Assignment: Nothing below is to be printed except the lines between the line holding "v 36.732 -3.628 0.574" and the line holding "v 38.163 3.202 0.293", inclusive, each exactly as it appears.

□ □ □ □ □ □ □

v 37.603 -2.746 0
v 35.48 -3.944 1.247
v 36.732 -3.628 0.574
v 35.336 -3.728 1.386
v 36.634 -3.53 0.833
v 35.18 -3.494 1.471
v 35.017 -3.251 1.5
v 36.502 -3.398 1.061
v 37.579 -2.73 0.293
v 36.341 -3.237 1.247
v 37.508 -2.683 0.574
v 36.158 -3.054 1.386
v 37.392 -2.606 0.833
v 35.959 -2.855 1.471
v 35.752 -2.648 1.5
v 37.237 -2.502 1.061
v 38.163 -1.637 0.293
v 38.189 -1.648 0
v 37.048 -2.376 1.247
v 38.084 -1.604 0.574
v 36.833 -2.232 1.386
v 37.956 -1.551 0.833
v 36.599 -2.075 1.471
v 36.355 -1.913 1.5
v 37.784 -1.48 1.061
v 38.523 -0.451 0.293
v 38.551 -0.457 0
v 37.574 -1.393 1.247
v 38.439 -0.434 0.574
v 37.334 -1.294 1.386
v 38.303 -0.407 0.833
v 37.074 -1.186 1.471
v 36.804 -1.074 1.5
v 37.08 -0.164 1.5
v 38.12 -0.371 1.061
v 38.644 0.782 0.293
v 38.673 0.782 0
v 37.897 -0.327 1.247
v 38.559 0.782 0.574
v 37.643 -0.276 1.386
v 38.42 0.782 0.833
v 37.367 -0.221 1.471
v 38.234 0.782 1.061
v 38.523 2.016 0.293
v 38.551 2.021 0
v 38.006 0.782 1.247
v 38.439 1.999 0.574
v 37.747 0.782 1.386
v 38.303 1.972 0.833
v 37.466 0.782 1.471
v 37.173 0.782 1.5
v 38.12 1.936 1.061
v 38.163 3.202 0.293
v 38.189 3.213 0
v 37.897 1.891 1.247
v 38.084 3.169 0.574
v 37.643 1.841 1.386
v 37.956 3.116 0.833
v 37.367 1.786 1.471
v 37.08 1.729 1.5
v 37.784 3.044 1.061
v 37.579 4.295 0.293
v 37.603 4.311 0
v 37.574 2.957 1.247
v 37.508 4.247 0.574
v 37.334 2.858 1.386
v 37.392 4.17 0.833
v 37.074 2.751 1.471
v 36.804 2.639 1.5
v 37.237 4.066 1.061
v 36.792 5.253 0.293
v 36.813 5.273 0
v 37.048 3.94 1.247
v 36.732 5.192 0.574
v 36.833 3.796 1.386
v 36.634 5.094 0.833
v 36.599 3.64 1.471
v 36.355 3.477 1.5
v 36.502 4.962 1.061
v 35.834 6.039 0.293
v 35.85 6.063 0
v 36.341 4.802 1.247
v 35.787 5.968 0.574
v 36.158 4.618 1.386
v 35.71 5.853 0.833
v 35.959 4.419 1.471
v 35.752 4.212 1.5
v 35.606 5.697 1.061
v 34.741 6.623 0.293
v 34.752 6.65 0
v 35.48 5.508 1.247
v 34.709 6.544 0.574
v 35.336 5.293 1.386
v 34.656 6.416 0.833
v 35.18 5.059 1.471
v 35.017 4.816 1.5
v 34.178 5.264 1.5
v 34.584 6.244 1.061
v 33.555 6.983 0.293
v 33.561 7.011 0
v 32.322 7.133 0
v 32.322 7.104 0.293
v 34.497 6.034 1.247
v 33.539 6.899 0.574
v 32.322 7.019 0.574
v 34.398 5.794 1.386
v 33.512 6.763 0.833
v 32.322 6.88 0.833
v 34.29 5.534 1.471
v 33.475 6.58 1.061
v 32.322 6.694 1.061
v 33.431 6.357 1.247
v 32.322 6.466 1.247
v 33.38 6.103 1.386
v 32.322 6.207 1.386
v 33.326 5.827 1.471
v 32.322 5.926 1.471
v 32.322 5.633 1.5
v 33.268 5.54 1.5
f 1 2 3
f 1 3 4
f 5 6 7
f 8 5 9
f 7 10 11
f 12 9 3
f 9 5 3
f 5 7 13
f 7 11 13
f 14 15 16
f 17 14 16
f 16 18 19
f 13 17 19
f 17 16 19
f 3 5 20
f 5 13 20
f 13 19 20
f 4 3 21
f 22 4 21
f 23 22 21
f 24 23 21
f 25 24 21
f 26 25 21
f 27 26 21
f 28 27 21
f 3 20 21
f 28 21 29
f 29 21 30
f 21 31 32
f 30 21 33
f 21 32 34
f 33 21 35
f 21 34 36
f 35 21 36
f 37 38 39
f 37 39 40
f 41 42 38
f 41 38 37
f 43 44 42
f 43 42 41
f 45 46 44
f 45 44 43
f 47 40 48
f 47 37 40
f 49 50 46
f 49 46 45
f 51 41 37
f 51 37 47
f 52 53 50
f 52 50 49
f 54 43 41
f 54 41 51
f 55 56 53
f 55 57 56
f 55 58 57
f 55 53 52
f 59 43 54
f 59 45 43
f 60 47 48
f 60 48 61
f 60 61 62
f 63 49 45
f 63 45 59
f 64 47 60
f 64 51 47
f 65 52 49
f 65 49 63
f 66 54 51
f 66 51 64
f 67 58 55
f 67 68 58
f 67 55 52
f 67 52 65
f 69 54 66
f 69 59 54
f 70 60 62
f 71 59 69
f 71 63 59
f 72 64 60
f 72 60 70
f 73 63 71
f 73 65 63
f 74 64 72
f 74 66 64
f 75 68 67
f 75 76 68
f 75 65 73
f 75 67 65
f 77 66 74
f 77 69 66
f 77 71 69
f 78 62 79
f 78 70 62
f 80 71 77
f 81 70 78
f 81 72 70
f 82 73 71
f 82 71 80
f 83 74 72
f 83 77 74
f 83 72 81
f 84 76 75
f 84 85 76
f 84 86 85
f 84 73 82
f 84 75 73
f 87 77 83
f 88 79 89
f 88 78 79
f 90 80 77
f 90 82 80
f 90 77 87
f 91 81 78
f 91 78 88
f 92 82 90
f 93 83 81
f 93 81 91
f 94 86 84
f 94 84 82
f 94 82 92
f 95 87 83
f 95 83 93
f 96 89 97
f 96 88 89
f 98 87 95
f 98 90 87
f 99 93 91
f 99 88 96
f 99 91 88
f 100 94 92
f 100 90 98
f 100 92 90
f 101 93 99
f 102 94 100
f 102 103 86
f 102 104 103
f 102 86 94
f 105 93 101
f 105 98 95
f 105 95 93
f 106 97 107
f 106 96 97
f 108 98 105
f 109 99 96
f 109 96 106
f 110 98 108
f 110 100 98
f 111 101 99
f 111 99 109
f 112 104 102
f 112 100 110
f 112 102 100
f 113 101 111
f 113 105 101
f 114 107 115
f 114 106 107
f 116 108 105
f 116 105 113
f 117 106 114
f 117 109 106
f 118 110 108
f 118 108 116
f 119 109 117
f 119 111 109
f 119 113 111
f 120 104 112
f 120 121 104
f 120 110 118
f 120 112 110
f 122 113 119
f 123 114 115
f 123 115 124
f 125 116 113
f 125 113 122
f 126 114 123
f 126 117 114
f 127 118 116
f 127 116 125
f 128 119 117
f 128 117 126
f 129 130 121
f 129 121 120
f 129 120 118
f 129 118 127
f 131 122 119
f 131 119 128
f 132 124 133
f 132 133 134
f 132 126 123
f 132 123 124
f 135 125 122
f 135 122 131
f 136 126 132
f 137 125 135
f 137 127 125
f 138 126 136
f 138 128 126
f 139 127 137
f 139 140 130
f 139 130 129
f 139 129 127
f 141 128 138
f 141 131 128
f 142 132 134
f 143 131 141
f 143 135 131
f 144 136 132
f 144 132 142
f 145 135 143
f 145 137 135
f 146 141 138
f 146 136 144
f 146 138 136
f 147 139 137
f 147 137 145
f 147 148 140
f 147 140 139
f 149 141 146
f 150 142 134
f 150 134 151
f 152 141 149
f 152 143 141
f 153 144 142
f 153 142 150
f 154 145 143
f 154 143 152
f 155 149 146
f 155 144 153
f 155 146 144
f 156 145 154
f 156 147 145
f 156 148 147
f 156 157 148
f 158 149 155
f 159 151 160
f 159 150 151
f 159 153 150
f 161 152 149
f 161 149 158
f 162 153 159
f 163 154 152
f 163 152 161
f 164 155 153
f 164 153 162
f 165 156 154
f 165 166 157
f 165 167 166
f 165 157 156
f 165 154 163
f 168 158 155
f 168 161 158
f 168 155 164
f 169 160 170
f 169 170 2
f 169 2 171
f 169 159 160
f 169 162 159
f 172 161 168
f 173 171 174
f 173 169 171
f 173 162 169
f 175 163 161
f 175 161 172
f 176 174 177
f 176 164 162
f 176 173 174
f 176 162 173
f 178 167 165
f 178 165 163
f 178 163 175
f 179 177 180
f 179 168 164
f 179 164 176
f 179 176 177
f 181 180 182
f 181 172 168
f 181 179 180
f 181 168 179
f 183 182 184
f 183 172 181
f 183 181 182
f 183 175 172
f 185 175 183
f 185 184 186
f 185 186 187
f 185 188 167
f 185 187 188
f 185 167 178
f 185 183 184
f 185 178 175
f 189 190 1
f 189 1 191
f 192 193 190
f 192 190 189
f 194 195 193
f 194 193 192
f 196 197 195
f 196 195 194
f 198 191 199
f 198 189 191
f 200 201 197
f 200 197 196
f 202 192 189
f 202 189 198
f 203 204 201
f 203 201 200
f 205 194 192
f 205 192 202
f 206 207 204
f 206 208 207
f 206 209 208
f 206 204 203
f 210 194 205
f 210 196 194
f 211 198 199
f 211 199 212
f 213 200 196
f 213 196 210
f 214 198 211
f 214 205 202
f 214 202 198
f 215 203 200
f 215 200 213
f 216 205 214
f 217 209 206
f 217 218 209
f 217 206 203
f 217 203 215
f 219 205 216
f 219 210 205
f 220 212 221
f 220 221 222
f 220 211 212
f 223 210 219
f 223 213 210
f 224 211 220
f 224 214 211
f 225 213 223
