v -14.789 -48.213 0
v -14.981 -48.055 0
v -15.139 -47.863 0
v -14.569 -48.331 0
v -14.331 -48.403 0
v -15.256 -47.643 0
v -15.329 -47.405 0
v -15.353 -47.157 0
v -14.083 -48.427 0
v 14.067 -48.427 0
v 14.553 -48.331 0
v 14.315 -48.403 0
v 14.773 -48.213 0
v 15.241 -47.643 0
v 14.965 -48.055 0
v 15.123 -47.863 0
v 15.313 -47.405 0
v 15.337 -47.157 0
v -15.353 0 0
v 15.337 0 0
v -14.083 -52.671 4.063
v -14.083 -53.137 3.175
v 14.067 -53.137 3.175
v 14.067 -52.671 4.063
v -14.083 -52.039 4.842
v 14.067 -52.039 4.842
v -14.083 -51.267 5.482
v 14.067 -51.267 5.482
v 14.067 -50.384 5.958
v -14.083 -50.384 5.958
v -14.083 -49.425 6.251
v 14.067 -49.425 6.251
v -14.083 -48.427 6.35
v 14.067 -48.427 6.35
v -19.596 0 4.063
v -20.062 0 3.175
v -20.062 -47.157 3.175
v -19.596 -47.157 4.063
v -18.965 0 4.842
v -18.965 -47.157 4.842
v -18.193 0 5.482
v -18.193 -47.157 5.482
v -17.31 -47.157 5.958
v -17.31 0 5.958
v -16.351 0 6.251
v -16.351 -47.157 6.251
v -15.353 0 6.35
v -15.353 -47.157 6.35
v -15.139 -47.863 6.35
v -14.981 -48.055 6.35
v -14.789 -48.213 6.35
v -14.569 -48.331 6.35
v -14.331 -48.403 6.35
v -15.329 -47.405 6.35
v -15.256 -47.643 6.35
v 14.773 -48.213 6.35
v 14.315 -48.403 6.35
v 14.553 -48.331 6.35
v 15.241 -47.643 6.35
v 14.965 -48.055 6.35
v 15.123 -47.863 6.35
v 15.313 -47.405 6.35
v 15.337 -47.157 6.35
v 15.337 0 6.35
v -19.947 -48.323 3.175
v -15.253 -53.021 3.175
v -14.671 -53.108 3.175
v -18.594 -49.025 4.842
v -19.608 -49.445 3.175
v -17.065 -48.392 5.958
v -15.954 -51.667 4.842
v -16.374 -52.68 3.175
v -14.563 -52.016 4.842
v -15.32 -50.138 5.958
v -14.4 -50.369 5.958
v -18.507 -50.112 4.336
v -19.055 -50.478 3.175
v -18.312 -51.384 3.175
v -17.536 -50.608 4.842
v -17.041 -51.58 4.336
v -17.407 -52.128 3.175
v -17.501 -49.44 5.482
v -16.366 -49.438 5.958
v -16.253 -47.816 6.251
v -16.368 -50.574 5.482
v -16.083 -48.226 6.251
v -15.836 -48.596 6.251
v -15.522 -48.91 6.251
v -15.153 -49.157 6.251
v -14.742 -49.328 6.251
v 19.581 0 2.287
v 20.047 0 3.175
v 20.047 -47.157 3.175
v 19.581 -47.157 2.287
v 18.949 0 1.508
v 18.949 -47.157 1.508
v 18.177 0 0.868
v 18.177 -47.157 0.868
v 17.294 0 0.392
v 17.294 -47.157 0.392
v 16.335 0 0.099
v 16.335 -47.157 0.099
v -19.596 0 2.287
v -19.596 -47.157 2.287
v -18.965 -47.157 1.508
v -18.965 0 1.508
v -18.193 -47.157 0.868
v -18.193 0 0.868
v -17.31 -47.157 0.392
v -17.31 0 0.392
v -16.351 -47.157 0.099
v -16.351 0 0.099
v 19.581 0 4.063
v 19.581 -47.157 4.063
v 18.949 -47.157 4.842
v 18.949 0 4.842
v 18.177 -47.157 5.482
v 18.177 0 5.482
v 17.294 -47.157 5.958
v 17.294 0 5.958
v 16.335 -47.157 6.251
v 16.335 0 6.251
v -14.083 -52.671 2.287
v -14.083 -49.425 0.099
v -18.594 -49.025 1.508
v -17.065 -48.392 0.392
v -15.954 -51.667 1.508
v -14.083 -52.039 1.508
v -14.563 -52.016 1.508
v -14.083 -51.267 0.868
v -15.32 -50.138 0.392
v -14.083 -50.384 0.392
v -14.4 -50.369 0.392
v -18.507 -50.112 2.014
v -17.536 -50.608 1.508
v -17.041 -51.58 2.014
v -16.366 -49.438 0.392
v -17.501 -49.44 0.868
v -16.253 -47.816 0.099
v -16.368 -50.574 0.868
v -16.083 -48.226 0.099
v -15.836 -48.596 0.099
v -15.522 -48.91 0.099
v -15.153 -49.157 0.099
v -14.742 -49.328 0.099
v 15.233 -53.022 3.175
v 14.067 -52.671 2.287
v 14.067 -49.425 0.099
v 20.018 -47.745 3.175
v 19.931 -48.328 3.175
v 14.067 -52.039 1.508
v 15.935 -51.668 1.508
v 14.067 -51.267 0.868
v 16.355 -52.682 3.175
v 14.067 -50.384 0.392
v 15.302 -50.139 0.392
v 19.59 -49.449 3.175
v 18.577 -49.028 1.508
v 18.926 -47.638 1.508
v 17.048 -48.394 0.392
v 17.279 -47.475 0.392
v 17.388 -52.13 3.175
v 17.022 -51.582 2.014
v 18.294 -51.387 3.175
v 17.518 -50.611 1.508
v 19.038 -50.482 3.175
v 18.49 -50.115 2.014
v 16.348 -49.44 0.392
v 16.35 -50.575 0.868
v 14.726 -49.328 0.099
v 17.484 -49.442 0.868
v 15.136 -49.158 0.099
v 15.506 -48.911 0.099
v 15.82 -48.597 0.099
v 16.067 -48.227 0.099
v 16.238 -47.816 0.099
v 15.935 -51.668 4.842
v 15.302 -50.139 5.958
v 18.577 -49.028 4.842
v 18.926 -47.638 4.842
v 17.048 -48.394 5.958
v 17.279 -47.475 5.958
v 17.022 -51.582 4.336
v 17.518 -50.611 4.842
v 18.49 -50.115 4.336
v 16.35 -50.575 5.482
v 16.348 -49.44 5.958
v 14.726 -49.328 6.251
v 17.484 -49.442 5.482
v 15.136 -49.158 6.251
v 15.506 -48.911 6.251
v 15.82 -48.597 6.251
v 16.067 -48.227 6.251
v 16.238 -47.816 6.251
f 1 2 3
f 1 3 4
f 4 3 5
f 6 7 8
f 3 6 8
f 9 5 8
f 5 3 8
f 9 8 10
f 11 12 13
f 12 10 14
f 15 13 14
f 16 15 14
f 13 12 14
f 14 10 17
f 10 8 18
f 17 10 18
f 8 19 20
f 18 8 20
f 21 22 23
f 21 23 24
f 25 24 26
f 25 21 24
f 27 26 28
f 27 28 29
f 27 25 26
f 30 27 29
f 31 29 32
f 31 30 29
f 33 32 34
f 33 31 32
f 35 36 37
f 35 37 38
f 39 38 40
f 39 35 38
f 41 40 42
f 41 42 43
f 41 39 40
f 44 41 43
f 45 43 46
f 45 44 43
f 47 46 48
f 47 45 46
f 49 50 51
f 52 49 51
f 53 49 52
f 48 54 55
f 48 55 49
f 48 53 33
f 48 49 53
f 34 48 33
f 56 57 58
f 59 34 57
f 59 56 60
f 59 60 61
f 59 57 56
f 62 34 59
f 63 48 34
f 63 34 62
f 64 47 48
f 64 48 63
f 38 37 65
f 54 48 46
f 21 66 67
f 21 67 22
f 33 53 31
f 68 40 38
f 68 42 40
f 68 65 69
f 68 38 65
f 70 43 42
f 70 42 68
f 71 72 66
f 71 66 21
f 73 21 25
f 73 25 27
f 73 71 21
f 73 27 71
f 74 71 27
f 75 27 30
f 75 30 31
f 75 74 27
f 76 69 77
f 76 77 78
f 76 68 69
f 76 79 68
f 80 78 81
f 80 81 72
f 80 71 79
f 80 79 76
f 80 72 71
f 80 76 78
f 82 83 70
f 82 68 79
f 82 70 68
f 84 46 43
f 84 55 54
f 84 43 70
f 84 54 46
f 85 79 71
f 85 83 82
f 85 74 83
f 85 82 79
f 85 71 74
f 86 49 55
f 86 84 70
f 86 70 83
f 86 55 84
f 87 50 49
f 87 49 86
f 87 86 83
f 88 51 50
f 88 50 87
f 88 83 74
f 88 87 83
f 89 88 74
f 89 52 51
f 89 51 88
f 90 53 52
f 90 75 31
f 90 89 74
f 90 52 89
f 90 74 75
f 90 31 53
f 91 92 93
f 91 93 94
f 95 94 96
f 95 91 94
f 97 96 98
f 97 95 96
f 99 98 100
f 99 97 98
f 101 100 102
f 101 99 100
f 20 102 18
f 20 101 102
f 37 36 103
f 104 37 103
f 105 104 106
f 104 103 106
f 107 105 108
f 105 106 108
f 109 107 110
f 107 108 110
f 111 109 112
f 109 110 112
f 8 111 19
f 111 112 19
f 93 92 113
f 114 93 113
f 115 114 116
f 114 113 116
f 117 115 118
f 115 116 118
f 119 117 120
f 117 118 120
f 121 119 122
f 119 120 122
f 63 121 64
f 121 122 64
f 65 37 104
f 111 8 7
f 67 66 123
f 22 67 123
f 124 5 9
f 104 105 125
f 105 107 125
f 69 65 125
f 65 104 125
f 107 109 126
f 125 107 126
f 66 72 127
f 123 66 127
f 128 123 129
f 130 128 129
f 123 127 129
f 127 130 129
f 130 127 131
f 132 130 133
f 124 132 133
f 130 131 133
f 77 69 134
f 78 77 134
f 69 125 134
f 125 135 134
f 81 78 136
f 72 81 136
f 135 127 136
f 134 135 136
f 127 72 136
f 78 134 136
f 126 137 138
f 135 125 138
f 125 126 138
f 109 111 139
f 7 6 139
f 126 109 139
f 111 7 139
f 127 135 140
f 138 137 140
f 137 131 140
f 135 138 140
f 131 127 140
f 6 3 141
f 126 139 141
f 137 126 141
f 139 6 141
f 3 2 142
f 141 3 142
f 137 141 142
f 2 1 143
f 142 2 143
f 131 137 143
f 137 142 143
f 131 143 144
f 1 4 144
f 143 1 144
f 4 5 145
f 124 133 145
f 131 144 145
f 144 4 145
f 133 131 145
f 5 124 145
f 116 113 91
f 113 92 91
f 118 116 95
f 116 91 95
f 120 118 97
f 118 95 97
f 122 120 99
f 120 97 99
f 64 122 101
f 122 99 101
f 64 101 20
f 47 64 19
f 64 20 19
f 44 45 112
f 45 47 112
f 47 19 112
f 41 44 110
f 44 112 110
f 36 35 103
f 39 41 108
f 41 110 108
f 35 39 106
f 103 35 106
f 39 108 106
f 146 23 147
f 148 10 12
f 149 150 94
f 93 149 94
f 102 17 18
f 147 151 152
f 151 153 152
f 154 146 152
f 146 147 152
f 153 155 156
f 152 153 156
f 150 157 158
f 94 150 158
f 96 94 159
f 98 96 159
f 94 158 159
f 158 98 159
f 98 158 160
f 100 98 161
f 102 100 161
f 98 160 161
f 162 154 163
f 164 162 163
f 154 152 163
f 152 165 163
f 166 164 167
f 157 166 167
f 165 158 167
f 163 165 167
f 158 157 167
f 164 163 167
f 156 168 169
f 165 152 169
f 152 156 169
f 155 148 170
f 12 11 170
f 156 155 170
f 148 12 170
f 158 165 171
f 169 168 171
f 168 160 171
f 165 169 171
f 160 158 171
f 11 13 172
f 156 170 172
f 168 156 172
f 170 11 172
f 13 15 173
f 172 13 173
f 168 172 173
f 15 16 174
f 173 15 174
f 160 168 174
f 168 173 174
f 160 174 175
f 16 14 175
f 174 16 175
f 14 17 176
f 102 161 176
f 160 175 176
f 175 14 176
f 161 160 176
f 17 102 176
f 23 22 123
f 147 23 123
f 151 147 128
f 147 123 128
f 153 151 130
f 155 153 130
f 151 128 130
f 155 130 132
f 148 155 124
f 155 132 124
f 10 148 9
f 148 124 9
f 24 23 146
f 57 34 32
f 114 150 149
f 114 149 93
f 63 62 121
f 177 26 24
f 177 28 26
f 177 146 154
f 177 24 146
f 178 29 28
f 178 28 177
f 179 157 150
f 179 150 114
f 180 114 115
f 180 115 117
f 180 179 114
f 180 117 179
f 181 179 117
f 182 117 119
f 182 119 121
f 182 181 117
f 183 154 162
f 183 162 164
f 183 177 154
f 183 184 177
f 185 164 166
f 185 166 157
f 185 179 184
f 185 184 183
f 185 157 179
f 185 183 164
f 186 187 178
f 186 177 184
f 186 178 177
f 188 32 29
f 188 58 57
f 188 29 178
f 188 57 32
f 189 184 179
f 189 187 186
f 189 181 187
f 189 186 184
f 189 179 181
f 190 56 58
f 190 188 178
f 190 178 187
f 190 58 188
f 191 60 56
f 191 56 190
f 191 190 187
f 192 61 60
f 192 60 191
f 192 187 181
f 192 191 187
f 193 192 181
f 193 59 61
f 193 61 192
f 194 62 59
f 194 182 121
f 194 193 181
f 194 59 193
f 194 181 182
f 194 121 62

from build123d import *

# Parameters (mm, degrees)
F1_DEPTH     = 6.35
F2_T1_DEPTH  = 59.8574546933
F2_T3_DEPTH  = 28.1503971994
F2_T6_ANGLE  = 90
F2_T8_ANGLE  = 90
F2_T10_ANGLE = 90
F2_T12_ANGLE = 90


# Not quite as in the source:
# - a fillet or chamfer that OpenCascade refuses, or shapes differently, is made with other operations: its cross-section is extruded or revolved along the edge and cut away or added


with BuildPart() as f1:
    # F0 (on Top) → F1 (new body)
    with BuildSketch(Plane.XY):
        with BuildLine():
            Line((20.4174276441, 0), (-20.4329695553, 0))
            Line((-20.4329695553, 0), (-20.4329695553, -47.1574546933))
            ThreePointArc((-20.4329695553, -47.1574546933), (-18.5730976158, -51.6475827539), (-14.0829695553, -53.5074546933))
            Line((-14.0829695553, -53.5074546933), (14.0674276441, -53.5074546933))
            ThreePointArc((14.0674276441, -53.5074546933), (18.5575557047, -51.6475827539), (20.4174276441, -47.1574546933))
            Line((20.4174276441, -47.1574546933), (20.4174276441, 0))
        make_face()
    extrude(amount=F1_DEPTH)

    # F2: fillet of radius 5.08 on 10 edges, made by hand

    # F2_s2 → F2_t1 (cut)
    with BuildSketch(Plane.XZ.offset(-12.7)):
        with BuildLine():
            ThreePointArc((20.4174276441, 1.27), (18.9295300926, 4.8621024484), (15.3374276441, 6.35))
            Line((15.3374276441, 6.35), (20.4174276441, 6.35))
            Line((20.4174276441, 6.35), (20.4174276441, 1.27))
        make_face()
        with BuildLine():
            ThreePointArc((20.4174276441, 5.08), (18.9295300926, 1.4878975516), (15.3374276441, 0))
            Line((15.3374276441, 0), (20.4174276441, 0))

□ □ □ □ □ □ □

The completed task:
v 36.732 -3.628 0.574
v 35.336 -3.728 1.386
v 36.634 -3.53 0.833
v 35.18 -3.494 1.471
v 35.017 -3.251 1.5
v 36.502 -3.398 1.061
v 37.579 -2.73 0.293
v 36.341 -3.237 1.247
v 37.508 -2.683 0.574
v 36.158 -3.054 1.386
v 37.392 -2.606 0.833
v 35.959 -2.855 1.471
v 35.752 -2.648 1.5
v 37.237 -2.502 1.061
v 38.163 -1.637 0.293
v 38.189 -1.648 0
v 37.048 -2.376 1.247
v 38.084 -1.604 0.574
v 36.833 -2.232 1.386
v 37.956 -1.551 0.833
v 36.599 -2.075 1.471
v 36.355 -1.913 1.5
v 37.784 -1.48 1.061
v 38.523 -0.451 0.293
v 38.551 -0.457 0
v 37.574 -1.393 1.247
v 38.439 -0.434 0.574
v 37.334 -1.294 1.386
v 38.303 -0.407 0.833
v 37.074 -1.186 1.471
v 36.804 -1.074 1.5
v 37.08 -0.164 1.5
v 38.12 -0.371 1.061
v 38.644 0.782 0.293
v 38.673 0.782 0
v 37.897 -0.327 1.247
v 38.559 0.782 0.574
v 37.643 -0.276 1.386
v 38.42 0.782 0.833
v 37.367 -0.221 1.471
v 38.234 0.782 1.061
v 38.523 2.016 0.293
v 38.551 2.021 0
v 38.006 0.782 1.247
v 38.439 1.999 0.574
v 37.747 0.782 1.386
v 38.303 1.972 0.833
v 37.466 0.782 1.471
v 37.173 0.782 1.5
v 38.12 1.936 1.061
v 38.163 3.202 0.293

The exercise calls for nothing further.